Melinda May decides to use the Darkhold to rescue Coulson, Fitz and Robbie, and enlists Holden Radcliffe to read the Darkhold, but he finds the contents are too overwhelming for the human brain to perceive. Aida suggests she reads it instead, revealing her android nature to May (and Coulson), and with the magical knowledge she learns from the book, she builds a machine that opens a dimensional portal, through which Coulson, Fitz and Robbie return.

Meanwhile, Jemma Simmons frees Vijay Nadeer from his Terrigen cocoon by touching it, at which point Ellen Nadeer immediately has her removed. Upon returning to the Playground she reunites with Fitz, who learned of the deal Jeffrey Mace made with Nadeer while out of sync. In an end tag, Aida secretly begins experimenting with her new knowledge from the Darkhold, creating an artificial brain.

== Production ==
=== Development ===
In November 2016, Marvel revealed that the seventh episode of the season would be titled "Deals with Our Devils", to be written by DJ Doyle, with Jesse Bochco directing.

=== Casting ===

Main cast members Clark Gregg as Phil Coulson, Ming-Na Wen as Melinda May, Chloe Bennet as Daisy Johnson / Quake, Iain De Caestecker as Leo Fitz, Elizabeth Henstridge as Jemma Simmons, Henry Simmons as Alphonso "Mack" Mackenzie, and John Hannah as Holden Radcliffe were confirmed to be starring in the episode.
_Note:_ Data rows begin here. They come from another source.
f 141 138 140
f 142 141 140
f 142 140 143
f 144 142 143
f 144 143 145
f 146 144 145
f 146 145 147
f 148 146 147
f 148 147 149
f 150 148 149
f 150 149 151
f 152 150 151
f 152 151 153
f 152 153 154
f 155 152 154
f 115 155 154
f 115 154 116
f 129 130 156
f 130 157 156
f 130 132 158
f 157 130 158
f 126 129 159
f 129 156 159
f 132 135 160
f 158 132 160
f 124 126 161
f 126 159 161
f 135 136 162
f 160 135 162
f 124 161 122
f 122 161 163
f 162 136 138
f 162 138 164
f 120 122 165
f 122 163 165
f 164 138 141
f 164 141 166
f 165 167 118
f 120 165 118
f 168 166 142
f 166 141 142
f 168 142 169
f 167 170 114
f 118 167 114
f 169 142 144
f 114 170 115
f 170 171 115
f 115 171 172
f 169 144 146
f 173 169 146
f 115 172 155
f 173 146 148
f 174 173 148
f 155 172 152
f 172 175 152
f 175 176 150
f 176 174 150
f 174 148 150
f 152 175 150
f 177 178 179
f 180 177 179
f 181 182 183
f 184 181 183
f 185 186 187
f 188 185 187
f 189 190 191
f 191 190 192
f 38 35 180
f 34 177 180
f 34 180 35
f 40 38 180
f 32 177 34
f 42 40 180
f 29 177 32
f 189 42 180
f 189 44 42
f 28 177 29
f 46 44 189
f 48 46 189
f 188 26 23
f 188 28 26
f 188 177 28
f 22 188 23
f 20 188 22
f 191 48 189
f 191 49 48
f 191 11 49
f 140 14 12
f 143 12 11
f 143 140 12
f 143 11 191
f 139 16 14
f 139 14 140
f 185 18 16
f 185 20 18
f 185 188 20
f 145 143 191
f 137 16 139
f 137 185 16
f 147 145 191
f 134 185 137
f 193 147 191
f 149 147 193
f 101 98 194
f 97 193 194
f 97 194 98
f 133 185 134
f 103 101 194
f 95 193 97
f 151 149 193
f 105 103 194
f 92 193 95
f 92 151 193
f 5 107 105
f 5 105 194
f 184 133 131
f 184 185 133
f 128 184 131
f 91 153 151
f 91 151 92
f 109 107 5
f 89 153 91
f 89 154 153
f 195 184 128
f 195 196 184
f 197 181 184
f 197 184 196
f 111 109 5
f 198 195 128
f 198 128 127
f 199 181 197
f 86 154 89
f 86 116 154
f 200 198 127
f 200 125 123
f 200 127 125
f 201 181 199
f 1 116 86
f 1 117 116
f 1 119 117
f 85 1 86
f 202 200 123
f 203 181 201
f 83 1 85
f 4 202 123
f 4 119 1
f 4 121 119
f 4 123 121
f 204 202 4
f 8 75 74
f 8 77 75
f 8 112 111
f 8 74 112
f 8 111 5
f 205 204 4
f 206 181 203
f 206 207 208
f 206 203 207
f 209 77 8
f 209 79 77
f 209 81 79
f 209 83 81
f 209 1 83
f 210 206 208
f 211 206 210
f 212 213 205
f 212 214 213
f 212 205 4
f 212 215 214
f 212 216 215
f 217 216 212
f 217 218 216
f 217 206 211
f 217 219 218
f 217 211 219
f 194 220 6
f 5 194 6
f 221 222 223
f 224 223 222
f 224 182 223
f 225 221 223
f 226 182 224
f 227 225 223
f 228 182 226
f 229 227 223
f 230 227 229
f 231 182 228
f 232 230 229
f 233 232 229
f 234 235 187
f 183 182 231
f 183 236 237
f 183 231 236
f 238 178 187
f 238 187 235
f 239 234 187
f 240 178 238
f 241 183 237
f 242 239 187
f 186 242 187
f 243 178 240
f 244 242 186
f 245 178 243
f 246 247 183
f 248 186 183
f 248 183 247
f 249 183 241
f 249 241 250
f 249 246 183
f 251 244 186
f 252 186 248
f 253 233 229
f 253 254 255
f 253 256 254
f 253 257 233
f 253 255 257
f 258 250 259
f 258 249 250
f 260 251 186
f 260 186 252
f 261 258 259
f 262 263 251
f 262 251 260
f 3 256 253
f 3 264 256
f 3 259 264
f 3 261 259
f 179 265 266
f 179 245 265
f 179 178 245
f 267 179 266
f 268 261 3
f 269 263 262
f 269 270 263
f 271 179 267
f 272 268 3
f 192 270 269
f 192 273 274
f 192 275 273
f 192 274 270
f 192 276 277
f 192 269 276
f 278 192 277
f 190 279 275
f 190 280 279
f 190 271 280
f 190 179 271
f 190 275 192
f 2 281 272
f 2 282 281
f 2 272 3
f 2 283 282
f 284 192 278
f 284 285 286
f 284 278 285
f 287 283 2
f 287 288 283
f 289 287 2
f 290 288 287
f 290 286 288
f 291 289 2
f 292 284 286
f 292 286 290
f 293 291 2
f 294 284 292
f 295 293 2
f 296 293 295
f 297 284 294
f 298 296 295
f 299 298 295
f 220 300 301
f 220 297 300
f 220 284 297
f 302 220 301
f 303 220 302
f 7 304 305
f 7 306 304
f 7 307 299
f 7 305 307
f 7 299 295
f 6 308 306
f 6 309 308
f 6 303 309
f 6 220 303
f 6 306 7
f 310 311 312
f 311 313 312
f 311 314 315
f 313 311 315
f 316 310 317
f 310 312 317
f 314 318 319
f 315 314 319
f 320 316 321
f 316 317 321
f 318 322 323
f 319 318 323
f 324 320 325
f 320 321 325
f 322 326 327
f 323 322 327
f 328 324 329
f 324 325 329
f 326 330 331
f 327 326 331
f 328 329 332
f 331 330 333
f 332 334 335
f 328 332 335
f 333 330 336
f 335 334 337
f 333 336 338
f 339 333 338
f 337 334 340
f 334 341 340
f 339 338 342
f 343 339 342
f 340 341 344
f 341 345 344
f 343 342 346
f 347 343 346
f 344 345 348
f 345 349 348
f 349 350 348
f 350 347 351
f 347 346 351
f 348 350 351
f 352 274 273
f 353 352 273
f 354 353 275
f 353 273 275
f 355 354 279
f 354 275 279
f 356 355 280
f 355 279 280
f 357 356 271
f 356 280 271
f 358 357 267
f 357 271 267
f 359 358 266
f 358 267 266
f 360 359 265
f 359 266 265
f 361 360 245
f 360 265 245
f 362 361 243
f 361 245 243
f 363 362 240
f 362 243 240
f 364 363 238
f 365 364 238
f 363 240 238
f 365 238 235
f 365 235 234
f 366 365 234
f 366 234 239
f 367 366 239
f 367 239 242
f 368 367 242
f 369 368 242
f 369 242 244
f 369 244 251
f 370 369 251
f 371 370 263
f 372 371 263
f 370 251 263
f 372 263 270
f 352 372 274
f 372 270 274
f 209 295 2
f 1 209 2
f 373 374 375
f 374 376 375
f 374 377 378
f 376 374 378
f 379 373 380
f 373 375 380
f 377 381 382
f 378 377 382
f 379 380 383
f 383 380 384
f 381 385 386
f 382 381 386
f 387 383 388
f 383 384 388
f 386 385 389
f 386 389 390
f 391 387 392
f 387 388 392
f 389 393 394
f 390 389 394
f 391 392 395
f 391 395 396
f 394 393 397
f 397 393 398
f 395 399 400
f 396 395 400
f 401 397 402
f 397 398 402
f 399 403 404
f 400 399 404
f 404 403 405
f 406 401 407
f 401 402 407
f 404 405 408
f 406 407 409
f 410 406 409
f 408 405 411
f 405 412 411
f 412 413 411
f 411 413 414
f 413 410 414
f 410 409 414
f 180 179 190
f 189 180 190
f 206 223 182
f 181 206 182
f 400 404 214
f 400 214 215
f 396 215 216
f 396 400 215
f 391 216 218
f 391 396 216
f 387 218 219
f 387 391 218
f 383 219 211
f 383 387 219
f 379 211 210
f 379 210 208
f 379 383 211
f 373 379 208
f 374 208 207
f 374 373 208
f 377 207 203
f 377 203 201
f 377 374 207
Also revealed was the guest cast for the episode, including Jason O'Mara as Director Jeffrey Mace, Gabriel Luna as Robbie Reyes, Mallory Jansen as Aida, Manish Dayal as Vijay Nadeer, Alexander Wraith as Agent Anderson, Lorenzo James Henrie as Gabe Reyes, Maximilian Osinski as Agent Davis, Patrick Cavanaugh as Burrows, José Zúñiga as Eli Morrow, Blaise Miller as Agent Nathanson, Arnell Powell as scientist, Lance Broadway as Tac Team Leader and David An as Zhi. O'Mara, Luna, Jansen, Wraith, Henrie, Osinski, Cavanaugh, Zúñiga, and Miller reprise their roles from earlier in the series.

== Release ==
"Deals with Our Devils" was first aired in the United States on ABC on November 29, 2016. It began streaming on Netflix, along with the rest of the fourth season, on June 15, 2017.

== Reception ==
=== Ratings ===
In the United States the episode received a 0.8/3 percent share among adults between the ages of 18 and 49, meaning that it was seen by 0.8 percent of all households, and 3 percent of all of those watching television at the time of the broadcast. It was watched by 2.41 million viewers. Within a week of its release, "Deals with Our Devils" had been watched by 4.63 million U.S. viewers, above the season average of 4.22 million.

=== Accolades ===
The episode was nominated for Best Sound Editing – Short Form Dialogue and ADR in Television at the 64th Golden Reel Awards but lost to the Penny Dreadful episode "Ebb Tide".